**TASK INSTRUCTIONS**
Look over the entries that follow. Report how many lines contain "BuildSketch", with nothing else.

**EXCERPTED RECORDS**
☆ ☆ ☆ ☆ ☆

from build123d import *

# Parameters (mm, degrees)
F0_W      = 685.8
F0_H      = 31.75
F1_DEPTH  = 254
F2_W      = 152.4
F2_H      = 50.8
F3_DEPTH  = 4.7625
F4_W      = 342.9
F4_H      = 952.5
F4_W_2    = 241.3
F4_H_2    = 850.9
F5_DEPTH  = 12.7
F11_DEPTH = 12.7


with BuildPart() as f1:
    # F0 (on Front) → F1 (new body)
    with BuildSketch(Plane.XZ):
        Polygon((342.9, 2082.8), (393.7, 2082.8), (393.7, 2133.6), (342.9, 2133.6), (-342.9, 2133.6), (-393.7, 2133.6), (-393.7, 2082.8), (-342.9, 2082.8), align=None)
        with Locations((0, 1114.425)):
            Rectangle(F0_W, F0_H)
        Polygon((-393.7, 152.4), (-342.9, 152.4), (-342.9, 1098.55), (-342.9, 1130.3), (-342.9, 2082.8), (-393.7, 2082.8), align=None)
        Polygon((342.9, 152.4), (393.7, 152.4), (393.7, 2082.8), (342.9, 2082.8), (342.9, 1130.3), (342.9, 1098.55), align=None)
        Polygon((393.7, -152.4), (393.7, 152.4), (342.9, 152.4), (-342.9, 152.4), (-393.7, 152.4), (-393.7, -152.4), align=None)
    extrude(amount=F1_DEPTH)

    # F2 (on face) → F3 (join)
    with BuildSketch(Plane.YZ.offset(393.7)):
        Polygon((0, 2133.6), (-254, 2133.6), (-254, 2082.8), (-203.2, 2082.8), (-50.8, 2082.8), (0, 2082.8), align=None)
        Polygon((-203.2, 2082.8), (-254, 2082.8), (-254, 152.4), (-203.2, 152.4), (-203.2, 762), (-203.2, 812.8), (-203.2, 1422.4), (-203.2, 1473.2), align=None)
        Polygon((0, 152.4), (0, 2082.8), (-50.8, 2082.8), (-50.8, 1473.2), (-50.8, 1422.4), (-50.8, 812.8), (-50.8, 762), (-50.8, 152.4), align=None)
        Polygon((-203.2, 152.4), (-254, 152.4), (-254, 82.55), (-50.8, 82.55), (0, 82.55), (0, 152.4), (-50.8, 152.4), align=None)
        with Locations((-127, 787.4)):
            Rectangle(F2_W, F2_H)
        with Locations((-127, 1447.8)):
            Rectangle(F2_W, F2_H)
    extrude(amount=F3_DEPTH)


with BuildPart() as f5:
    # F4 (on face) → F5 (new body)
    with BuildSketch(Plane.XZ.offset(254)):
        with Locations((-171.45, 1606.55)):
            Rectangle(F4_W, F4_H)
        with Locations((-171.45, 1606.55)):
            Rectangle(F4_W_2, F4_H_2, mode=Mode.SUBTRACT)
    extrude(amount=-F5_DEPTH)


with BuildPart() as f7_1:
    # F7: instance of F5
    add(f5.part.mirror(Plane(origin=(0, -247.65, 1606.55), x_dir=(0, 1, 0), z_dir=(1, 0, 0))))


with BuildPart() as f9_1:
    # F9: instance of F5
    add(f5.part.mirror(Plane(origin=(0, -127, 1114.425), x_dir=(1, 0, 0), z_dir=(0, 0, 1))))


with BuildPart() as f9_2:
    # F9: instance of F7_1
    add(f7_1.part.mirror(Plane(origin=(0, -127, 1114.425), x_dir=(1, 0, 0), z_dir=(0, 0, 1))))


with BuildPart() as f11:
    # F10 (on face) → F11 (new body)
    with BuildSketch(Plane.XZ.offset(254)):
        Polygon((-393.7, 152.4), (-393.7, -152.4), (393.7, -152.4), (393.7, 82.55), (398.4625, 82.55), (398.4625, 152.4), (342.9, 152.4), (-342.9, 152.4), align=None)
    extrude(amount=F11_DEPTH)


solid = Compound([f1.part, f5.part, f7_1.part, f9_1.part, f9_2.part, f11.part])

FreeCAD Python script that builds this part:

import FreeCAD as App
import Part
import Sketcher
from FreeCAD import Vector
Q = App.Units.Quantity

doc = App.newDocument("Part")
body = doc.addObject("PartDesign::Body", "Body")

# Sketch on XZ plane
sketch1 = body.newObject("Sketcher::SketchObject", "Sketch")
sketch1.AttachmentSupport = (doc.getObject("XZ_Plane"), [""])
sketch1.MapMode = "FlatFace"
sketch1.addGeometry([
    Part.LineSegment(Vector(393.7, 2133.6, 0), Vector(-393.7, 2133.6, 0)),  # 0
    Part.LineSegment(Vector(-393.7, 2133.6, 0), Vector(-393.7, -152.4, 0)),  # 1
    Part.LineSegment(Vector(-393.7, -152.4, 0), Vector(393.7, -152.4, 0)),  # 2
    Part.LineSegment(Vector(393.7, -152.4, 0), Vector(393.7, 2133.6, 0)),  # 3
    Part.LineSegment(Vector(-342.9, 152.4, 0), Vector(-342.9, 1098.55, 0)),  # 4
    Part.LineSegment(Vector(-342.9, 1098.55, 0), Vector(342.9, 1098.55, 0)),  # 5
    Part.LineSegment(Vector(342.9, 1098.55, 0), Vector(342.9, 152.4, 0)),  # 6
    Part.LineSegment(Vector(342.9, 152.4, 0), Vector(-342.9, 152.4, 0)),  # 7
    Part.LineSegment(Vector(342.9, 1130.3, 0), Vector(-342.9, 1130.3, 0)),  # 8
    Part.LineSegment(Vector(-342.9, 1130.3, 0), Vector(-342.9, 2082.8, 0)),  # 9
    Part.LineSegment(Vector(-342.9, 2082.8, 0), Vector(342.9, 2082.8, 0)),  # 10
    Part.LineSegment(Vector(342.9, 2082.8, 0), Vector(342.9, 1130.3, 0)),  # 11
], False)
sketch1.addConstraint([
    Sketcher.Constraint("Coincident", 0, 2, 1, 1),
    Sketcher.Constraint("Coincident", 1, 2, 2, 1),
    Sketcher.Constraint("Coincident", 2, 2, 3, 1),
    Sketcher.Constraint("Coincident", 3, 2, 0, 1),
    Sketcher.Constraint("Coincident", 4, 2, 5, 1),
    Sketcher.Constraint("Coincident", 5, 2, 6, 1),
    Sketcher.Constraint("Coincident", 6, 2, 7, 1),
    Sketcher.Constraint("Coincident", 7, 2, 4, 1),
    Sketcher.Constraint("Coincident", 8, 2, 9, 1),
    Sketcher.Constraint("Coincident", 9, 2, 10, 1),
    Sketcher.Constraint("Coincident", 10, 2, 11, 1),
    Sketcher.Constraint("Coincident", 11, 2, 8, 1),
    Sketcher.Constraint("Horizontal", 0),
    Sketcher.Constraint("Vertical", 1),
    Sketcher.Constraint("Horizontal", 2),
    Sketcher.Constraint("Vertical", 3),
    Sketcher.Constraint("Vertical", 4),
    Sketcher.Constraint("Horizontal", 5),
    Sketcher.Constraint("Vertical", 6),
    Sketcher.Constraint("Horizontal", 7),
    Sketcher.Constraint("Horizontal", 8),
    Sketcher.Constraint("Vertical", 9),
    Sketcher.Constraint("Horizontal", 10),
    Sketcher.Constraint("Vertical", 11),
    Sketcher.Constraint("Vertical", 7, 2, 8, 2),
    Sketcher.Constraint("Vertical", 6, 2, 10, 2),
    Sketcher.Constraint("DistanceX", 0, 2, 0, 1, Q("31 in")),
    Sketcher.Constraint("DistanceX", 5, 1, 5, 2, Q("27 in")),
    Sketcher.Constraint("DistanceY", 1, 2, 1, 1, Q("90 in")),
    Sketcher.Constraint("DistanceY", 9, 1, 9, 2, Q("37.5 in")),
    Sketcher.Constraint("DistanceY", -1, 1, 0, 2, Q("84 in")),
    Sketcher.Constraint("DistanceY", -1, 1, 6, 2, Q("6 in")),
    Sketcher.Constraint("DistanceY", -1, 1, 9, 2, Q("82 in")),
    Sketcher.Constraint("DistanceX", 0, 2, 4, 2, Q("2 in")),
    Sketcher.Constraint("DistanceY", 4, 1, 4, 2, Q("37.25 in")),
    Sketcher.Constraint("DistanceX", 0, 2, -1, 1, Q("15.5 in")),
])
pad1 = body.newObject("PartDesign::Pad", "Pad")
pad1.Profile = sketch1
pad1.Length = Q("10 in")

# Sketch on YZ plane
sketch2 = body.newObject("Sketcher::SketchObject", "Sketch001")
sketch2.AttachmentSupport = (doc.getObject("YZ_Plane"), [""])
sketch2.MapMode = "FlatFace"
sketch2.AttachmentOffset = App.Placement(Vector(0, 0, 15.5 * 25.4), App.Rotation())
sketch2.addGeometry([
    Part.LineSegment(Vector(0, 2133.6, 0), Vector(-254, 2133.6, 0)),  # 0
    Part.LineSegment(Vector(-254, 2133.6, 0), Vector(-254, 82.55, 0)),  # 1
    Part.LineSegment(Vector(-254, 82.55, 0), Vector(0, 82.55, 0)),  # 2
    Part.LineSegment(Vector(0, 82.55, 0), Vector(0, 2133.6, 0)),  # 3
    Part.LineSegment(Vector(-203.2, 152.4, 0), Vector(-203.2, 762, 0)),  # 4
    Part.LineSegment(Vector(-203.2, 762, 0), Vector(-50.8, 762, 0)),  # 5
    Part.LineSegment(Vector(-50.8, 762, 0), Vector(-50.8, 152.4, 0)),  # 6
    Part.LineSegment(Vector(-50.8, 152.4, 0), Vector(-203.2, 152.4, 0)),  # 7
    Part.LineSegment(Vector(-203.2, 812.8, 0), Vector(-203.2, 1422.4, 0)),  # 8
    Part.LineSegment(Vector(-203.2, 1422.4, 0), Vector(-50.8, 1422.4, 0)),  # 9
    Part.LineSegment(Vector(-50.8, 1422.4, 0), Vector(-50.8, 812.8, 0)),  # 10
    Part.LineSegment(Vector(-50.8, 812.8, 0), Vector(-203.2, 812.8, 0)),  # 11
    Part.LineSegment(Vector(-203.2, 1473.2, 0), Vector(-203.2, 2082.8, 0)),  # 12
    Part.LineSegment(Vector(-203.2, 2082.8, 0), Vector(-50.8, 2082.8, 0)),  # 13
    Part.LineSegment(Vector(-50.8, 2082.8, 0), Vector(-50.8, 1473.2, 0)),  # 14
    Part.LineSegment(Vector(-50.8, 1473.2, 0), Vector(-203.2, 1473.2, 0)),  # 15
], False)
sketch2.addConstraint([
    Sketcher.Constraint("Coincident", 0, 2, 1, 1),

☆ ☆ ☆ ☆ ☆

**THE ANSWER**
4